= Bill Gavin =

Bill Gavin (November 6, 1907 – January 27, 1985) was an American radio personality and publisher of the influential Gavin Report.

==Life and education==
Gavin was born in Chetek, Wisconsin in 1907. He attended the University of Wisconsin-Eau Claire and the University of California-Berkeley.
Before his radio career, he was a teacher, pianist and singer. He briefly traveled with an all-male vocal group called The Blenders. He died of cancer in 1985 at the age of 77.

==Career==
He created the Lucky Lager Dance Time radio show in 1955 with the McCann-Erickson advertising agency. Gavin founded the Gavin Report in 1958 with information from the show. It was a publication that "monitored air play for Top 40 records, and later expanded to other categories; it [was] used as a programming aid by radio stations and record companies." The publication gathered information from various radio stations and was used to measure song popularity.

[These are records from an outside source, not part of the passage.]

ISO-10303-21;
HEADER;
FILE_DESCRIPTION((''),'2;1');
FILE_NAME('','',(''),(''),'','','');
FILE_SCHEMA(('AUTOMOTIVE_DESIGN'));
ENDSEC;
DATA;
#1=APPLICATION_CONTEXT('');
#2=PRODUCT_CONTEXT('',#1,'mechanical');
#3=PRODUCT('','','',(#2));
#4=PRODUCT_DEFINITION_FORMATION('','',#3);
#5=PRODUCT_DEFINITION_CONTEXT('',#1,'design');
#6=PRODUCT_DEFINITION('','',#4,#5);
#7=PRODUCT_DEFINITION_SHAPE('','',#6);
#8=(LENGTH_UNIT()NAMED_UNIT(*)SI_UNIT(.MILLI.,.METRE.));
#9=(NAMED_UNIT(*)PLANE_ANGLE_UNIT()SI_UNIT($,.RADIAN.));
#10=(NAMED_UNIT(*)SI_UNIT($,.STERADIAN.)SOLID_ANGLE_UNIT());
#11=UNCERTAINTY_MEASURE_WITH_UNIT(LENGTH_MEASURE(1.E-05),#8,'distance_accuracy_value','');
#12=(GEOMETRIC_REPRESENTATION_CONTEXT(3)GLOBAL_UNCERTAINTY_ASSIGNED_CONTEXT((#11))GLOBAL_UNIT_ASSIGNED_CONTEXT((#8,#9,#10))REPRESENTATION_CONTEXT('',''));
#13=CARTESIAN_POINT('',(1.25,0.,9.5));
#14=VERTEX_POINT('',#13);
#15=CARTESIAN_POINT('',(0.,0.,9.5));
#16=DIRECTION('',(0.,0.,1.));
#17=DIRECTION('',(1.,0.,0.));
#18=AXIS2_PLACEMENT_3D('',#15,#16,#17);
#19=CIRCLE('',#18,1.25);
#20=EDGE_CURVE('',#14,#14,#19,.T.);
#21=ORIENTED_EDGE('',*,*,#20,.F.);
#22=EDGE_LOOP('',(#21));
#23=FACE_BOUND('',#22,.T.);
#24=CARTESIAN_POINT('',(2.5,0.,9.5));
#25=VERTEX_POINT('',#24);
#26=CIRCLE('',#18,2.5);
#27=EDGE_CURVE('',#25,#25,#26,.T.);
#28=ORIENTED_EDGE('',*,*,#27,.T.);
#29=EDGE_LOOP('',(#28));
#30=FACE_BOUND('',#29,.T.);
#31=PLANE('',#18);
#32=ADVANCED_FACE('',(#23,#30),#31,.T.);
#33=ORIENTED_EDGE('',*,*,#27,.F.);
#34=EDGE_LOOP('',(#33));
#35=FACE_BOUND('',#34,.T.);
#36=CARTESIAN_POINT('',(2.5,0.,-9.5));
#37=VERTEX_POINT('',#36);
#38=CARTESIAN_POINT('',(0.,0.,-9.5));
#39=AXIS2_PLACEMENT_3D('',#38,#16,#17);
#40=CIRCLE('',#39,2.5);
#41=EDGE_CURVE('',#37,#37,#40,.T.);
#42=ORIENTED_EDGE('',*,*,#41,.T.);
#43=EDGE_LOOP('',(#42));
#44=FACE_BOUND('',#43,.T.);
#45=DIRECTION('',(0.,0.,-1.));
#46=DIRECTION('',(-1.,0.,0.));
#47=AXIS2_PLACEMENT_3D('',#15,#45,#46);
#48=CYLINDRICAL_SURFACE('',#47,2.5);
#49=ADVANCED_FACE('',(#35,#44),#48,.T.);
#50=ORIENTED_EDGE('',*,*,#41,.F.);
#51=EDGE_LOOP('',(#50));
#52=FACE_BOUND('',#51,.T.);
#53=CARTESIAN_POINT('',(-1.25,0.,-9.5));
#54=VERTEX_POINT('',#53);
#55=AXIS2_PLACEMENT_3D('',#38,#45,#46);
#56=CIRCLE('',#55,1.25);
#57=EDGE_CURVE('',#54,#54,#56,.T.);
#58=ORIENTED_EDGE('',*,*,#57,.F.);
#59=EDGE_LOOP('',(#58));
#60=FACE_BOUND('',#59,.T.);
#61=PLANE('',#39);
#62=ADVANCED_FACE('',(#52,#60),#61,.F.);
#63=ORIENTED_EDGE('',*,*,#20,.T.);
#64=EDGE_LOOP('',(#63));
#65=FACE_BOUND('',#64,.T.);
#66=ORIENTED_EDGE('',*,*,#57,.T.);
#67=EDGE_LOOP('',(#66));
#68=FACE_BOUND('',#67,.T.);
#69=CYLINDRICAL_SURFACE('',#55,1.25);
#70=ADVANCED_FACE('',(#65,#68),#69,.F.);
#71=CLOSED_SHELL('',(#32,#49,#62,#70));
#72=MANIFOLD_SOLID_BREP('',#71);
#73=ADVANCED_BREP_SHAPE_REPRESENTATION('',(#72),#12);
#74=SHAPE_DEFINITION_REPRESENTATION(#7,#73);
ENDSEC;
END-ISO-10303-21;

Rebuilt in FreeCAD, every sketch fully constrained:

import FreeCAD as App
import Part
import Sketcher

V = App.Vector

doc = App.newDocument("Part")
params = doc.addObject("Spreadsheet::Sheet", "Params")
for row, (alias, value) in enumerate([
    ("sketch1_diameter", "5 mm"),
    ("pad1_length", "19 mm"),
    ("sketch2_diameter", "2.5 mm"),
    ("hole_diameter", "2.5 mm"),
    ("hole_depth", "8.5 mm"),
    ("sketch3_diameter", "2.5 mm"),
    ("hole2_diameter", "2.5 mm"),
    ("hole2_depth", "8.5 mm"),
    ("sketch4_diameter", "2.5 mm"),
    ("pocket1_length", "19 mm"),
], start=1):
    params.set(f"A{row}", alias)
    params.set(f"B{row}", "=" + value)
    params.setAlias(f"B{row}", alias)

body = doc.addObject("PartDesign::Body", "Body")

# Sketch on XY plane
sketch1 = doc.addObject("Sketcher::SketchObject", "Sketch")
body.addObject(sketch1)
sketch1.AttachmentSupport = (doc.XY_Plane, [""])
sketch1.MapMode = "FlatFace"
sketch1.addGeometry(Part.Circle(V(0, 0, 0), V(0, 0, 1), 2.5), False)
sketch1.addConstraint([
    Sketcher.Constraint("Coincident", 0, 3, -1, 1),
    Sketcher.Constraint("Diameter", 0, 5.0),
])
sketch1.setExpression("Constraints[1]", "Params.sketch1_diameter")
pad1 = doc.addObject("PartDesign::Pad", "Pad")
body.addObject(pad1)
pad1.Profile = sketch1
pad1.setExpression("Length", "Params.pad1_length")
pad1.Midplane = True

# Sketch on XY plane
sketch2 = doc.addObject("Sketcher::SketchObject", "Sketch001")
body.addObject(sketch2)
sketch2.AttachmentSupport = (doc.XY_Plane, [""])
sketch2.MapMode = "FlatFace"
sketch2.AttachmentOffset = App.Placement(V(0, 0, 9.5), App.Rotation())
sketch2.addGeometry(Part.Circle(V(0, 0, 0), V(0, 0, 1), 1.25), False)
sketch2.addConstraint([
    Sketcher.Constraint("Coincident", 0, 3, -1, 1),
    Sketcher.Constraint("Diameter", 0, 2.5),
])
sketch2.setExpression("Constraints[1]", "Params.sketch2_diameter")
doc.recompute()
hole = doc.addObject("PartDesign::Hole", "Hole")
body.addObject(hole)
hole.Profile = sketch2
hole.ThreadType = "None"
hole.setExpression("Diameter", "Params.hole_diameter")
hole.DepthType = "Dimension"
hole.setExpression("Depth", "Params.hole_depth")
hole.DrillPoint = "Angled"
hole.DrillPointAngle = 118

# Sketch on XY plane
sketch3 = doc.addObject("Sketcher::SketchObject", "Sketch002")
body.addObject(sketch3)
sketch3.AttachmentSupport = (doc.XY_Plane, [""])
sketch3.MapMode = "FlatFace"
sketch3.AttachmentOffset = App.Placement(V(0, 0, -9.5), App.Rotation())
sketch3.addGeometry(Part.Circle(V(0, 0, 0), V(0, 0, 1), 1.25), False)
sketch3.addConstraint([
    Sketcher.Constraint("Coincident", 0, 3, -1, 1),
    Sketcher.Constraint("Diameter", 0, 2.5),
])
sketch3.setExpression("Constraints[1]", "Params.sketch3_diameter")
doc.recompute()
hole2 = doc.addObject("PartDesign::Hole", "Hole001")
body.addObject(hole2)
hole2.Profile = sketch3
hole2.ThreadType = "None"
hole2.setExpression("Diameter", "Params.hole2_diameter")
hole2.DepthType = "Dimension"
hole2.setExpression("Depth", "Params.hole2_depth")
hole2.DrillPoint = "Angled"
hole2.DrillPointAngle = 118
hole2.Reversed = True

# Sketch on XY plane
sketch4 = doc.addObject("Sketcher::SketchObject", "Sketch003")
body.addObject(sketch4)
sketch4.AttachmentSupport = (doc.XY_Plane, [""])
sketch4.MapMode = "FlatFace"
sketch4.AttachmentOffset = App.Placement(V(0, 0, -9.5), App.Rotation())
sketch4.addGeometry(Part.Circle(V(0, 0, 0), V(0, 0, 1), 1.25), False)
sketch4.addConstraint([
    Sketcher.Constraint("Coincident", 0, 3, -1, 1),
    Sketcher.Constraint("Diameter", 0, 2.5),
])
sketch4.setExpression("Constraints[1]", "Params.sketch4_diameter")
pocket1 = doc.addObject("PartDesign::Pocket", "Pocket")
body.addObject(pocket1)
pocket1.Profile = sketch4
pocket1.setExpression("Length", "Params.pocket1_length")
pocket1.Reversed = True

doc.recompute()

Gavin was called the "most powerful man in the business." It was also said that "every record company subscribed to and quoted the Gavin Report...Everybody copied him, but he originated the thing." In 1983, after being diagnosed with cancer, he sold the Gavin Report to the staff and became publisher emeritus.

Gavin is also noted for his progressive stance in regards to race relations. He worked to help African-Americans break into the radio business by playing black artists and hiring black Disc-Jockeys at a time when it was unpopular to do so.